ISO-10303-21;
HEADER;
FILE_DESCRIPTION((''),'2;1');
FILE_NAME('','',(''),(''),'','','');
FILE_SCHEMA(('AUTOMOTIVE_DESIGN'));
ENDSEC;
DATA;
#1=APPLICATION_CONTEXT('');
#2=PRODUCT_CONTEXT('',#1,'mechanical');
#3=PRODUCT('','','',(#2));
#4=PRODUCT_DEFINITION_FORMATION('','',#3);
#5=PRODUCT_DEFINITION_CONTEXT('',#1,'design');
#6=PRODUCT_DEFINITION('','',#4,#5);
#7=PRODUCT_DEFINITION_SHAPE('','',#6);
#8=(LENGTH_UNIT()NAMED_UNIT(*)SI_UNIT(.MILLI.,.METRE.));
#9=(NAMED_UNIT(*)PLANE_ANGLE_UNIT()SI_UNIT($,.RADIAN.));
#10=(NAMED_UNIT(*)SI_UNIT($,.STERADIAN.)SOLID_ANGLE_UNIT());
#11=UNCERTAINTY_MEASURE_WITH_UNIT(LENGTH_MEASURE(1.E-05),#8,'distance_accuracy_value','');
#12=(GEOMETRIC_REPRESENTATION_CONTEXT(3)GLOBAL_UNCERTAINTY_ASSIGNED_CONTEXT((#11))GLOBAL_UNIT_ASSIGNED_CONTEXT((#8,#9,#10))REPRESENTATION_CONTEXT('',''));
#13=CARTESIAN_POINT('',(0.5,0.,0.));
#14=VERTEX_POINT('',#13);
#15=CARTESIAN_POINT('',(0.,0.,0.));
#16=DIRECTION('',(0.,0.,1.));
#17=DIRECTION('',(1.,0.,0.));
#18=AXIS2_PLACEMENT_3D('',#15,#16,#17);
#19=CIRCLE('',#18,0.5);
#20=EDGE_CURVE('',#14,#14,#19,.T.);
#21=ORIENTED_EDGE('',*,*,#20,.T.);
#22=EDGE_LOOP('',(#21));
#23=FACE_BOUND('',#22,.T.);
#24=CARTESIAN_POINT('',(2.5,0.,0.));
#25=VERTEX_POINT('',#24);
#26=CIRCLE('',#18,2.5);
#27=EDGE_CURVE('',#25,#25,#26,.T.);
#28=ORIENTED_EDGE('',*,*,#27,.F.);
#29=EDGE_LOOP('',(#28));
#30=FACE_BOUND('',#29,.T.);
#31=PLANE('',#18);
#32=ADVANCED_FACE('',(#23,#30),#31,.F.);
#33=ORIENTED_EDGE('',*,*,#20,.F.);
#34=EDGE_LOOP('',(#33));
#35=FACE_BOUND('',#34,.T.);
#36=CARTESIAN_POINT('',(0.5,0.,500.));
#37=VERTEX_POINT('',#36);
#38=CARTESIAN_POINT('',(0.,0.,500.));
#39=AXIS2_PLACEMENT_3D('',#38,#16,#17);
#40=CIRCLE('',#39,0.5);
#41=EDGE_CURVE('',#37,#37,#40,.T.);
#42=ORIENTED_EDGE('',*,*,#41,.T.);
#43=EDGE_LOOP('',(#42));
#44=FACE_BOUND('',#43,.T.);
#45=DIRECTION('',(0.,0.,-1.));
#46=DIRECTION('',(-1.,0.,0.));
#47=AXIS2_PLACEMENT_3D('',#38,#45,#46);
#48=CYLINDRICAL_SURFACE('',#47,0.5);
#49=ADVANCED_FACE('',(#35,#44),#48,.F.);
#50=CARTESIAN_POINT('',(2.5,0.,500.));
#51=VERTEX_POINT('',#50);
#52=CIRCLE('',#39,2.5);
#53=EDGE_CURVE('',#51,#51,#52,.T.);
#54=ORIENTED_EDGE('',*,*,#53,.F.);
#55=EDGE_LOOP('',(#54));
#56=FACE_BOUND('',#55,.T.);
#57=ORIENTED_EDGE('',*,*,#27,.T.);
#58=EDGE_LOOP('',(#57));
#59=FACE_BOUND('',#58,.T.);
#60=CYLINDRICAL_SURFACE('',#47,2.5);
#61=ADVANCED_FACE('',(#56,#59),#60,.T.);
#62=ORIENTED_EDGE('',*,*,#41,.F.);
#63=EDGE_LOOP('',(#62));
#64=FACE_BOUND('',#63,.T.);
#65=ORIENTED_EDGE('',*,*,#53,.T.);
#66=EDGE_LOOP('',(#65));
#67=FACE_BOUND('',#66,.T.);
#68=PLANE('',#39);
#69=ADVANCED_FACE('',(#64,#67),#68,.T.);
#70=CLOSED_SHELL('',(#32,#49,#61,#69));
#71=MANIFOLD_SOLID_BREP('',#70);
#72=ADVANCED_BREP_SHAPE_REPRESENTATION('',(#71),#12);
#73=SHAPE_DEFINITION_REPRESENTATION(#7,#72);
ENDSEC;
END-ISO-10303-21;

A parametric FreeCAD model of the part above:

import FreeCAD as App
import Part
import Sketcher

doc = App.newDocument("Part")
body = doc.addObject("PartDesign::Body", "Body")

sketch1 = doc.addObject("Sketcher::SketchObject", "Sketch")
body.addObject(sketch1)
sketch1.AttachmentSupport = (doc.XY_Plane, [""])
sketch1.MapMode = "FlatFace"
sketch1.addGeometry([
    Part.Circle(App.Vector(0, 0, 0), App.Vector(0, 0, 1), 2.5),
    Part.Circle(App.Vector(0, 0, 0), App.Vector(0, 0, 1), 0.5),
], False)
sketch1.addConstraint([
    Sketcher.Constraint("Coincident", 0, 3, -1, 1),
    Sketcher.Constraint("Coincident", 1, 3, -1, 1),
    Sketcher.Constraint("Diameter", 0, 5.0),
    Sketcher.Constraint("Diameter", 1, 1.0),
])
pad1 = doc.addObject("PartDesign::Pad", "Pad")
body.addObject(pad1)
pad1.Profile = sketch1
pad1.Length = 500

doc.recompute()
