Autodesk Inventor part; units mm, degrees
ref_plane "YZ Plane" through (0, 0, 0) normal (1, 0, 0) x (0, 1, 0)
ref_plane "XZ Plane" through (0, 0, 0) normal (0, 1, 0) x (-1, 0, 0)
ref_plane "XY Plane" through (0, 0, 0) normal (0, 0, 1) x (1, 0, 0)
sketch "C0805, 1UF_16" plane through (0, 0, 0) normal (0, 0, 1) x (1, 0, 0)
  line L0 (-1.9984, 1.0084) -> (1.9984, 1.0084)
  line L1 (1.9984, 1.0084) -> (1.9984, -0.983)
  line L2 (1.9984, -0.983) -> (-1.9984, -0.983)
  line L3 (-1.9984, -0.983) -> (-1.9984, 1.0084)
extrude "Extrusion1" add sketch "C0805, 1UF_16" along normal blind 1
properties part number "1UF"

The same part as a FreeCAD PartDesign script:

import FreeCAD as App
import Part
import Sketcher

V = App.Vector


def add_polygon(sketch, points):
    """Adds a closed chain of lines whose ends are joined by coincident constraints."""
    first, n = sketch.GeometryCount, len(points)
    for a, b in zip(points, points[1:] + points[:1]):
        sketch.addGeometry(Part.LineSegment(App.Vector(*a, 0), App.Vector(*b, 0)), False)
    for i in range(n):
        sketch.addConstraint(Sketcher.Constraint("Coincident", first + i, 2, first + (i + 1) % n, 1))

doc = App.newDocument("Part")
body = doc.addObject("PartDesign::Body", "Body")

sketch1 = body.newObject("Sketcher::SketchObject", "Sketch")
sketch1.AttachmentSupport = (doc.getObject("XY_Plane"), [""])
sketch1.MapMode = "FlatFace"
add_polygon(sketch1, [(2, 1), (-2, 1), (-2, -1), (2, -1)])
sketch1.addConstraint(Sketcher.Constraint("Horizontal", 0))
sketch1.addConstraint(Sketcher.Constraint("Vertical", 1))
sketch1.addConstraint(Sketcher.Constraint("Horizontal", 2))
sketch1.addConstraint(Sketcher.Constraint("Vertical", 3))
sketch1.addConstraint(Sketcher.Constraint("DistanceX", 0, 2, 0, 1, 3.9968))
sketch1.addConstraint(Sketcher.Constraint("DistanceY", 1, 2, 1, 1, 1.9914))
sketch1.addConstraint(Sketcher.Constraint("DistanceY", 1, 2, -1, 1, 0.983))
sketch1.addConstraint(Sketcher.Constraint("DistanceX", 0, 2, -1, 1, 1.9984))
pad1 = body.newObject("PartDesign::Pad", "Pad")
pad1.Profile = sketch1
pad1.Length = 1

doc.recompute()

Work order: Your job is to print exactly the lines that run from the top of the entries through the line with "#24=CARTESIAN_POINT('',(2.5,0.,0.));", and no others.

Result of this task:
ISO-10303-21;
HEADER;
FILE_DESCRIPTION((''),'2;1');
FILE_NAME('','',(''),(''),'','','');
FILE_SCHEMA(('AUTOMOTIVE_DESIGN'));
ENDSEC;
DATA;
#1=APPLICATION_CONTEXT('');
#2=PRODUCT_CONTEXT('',#1,'mechanical');
#3=PRODUCT('','','',(#2));
#4=PRODUCT_DEFINITION_FORMATION('','',#3);
#5=PRODUCT_DEFINITION_CONTEXT('',#1,'design');
#6=PRODUCT_DEFINITION('','',#4,#5);
#7=PRODUCT_DEFINITION_SHAPE('','',#6);
#8=(LENGTH_UNIT()NAMED_UNIT(*)SI_UNIT(.MILLI.,.METRE.));
#9=(NAMED_UNIT(*)PLANE_ANGLE_UNIT()SI_UNIT($,.RADIAN.));
#10=(NAMED_UNIT(*)SI_UNIT($,.STERADIAN.)SOLID_ANGLE_UNIT());
#11=UNCERTAINTY_MEASURE_WITH_UNIT(LENGTH_MEASURE(1.E-05),#8,'distance_accuracy_value','');
#12=(GEOMETRIC_REPRESENTATION_CONTEXT(3)GLOBAL_UNCERTAINTY_ASSIGNED_CONTEXT((#11))GLOBAL_UNIT_ASSIGNED_CONTEXT((#8,#9,#10))REPRESENTATION_CONTEXT('',''));
#13=CARTESIAN_POINT('',(0.5,0.,0.));
#14=VERTEX_POINT('',#13);
#15=CARTESIAN_POINT('',(0.,0.,0.));
#16=DIRECTION('',(0.,0.,1.));
#17=DIRECTION('',(1.,0.,0.));
#18=AXIS2_PLACEMENT_3D('',#15,#16,#17);
#19=CIRCLE('',#18,0.5);
#20=EDGE_CURVE('',#14,#14,#19,.T.);
#21=ORIENTED_EDGE('',*,*,#20,.T.);
#22=EDGE_LOOP('',(#21));
#23=FACE_BOUND('',#22,.T.);
#24=CARTESIAN_POINT('',(2.5,0.,0.));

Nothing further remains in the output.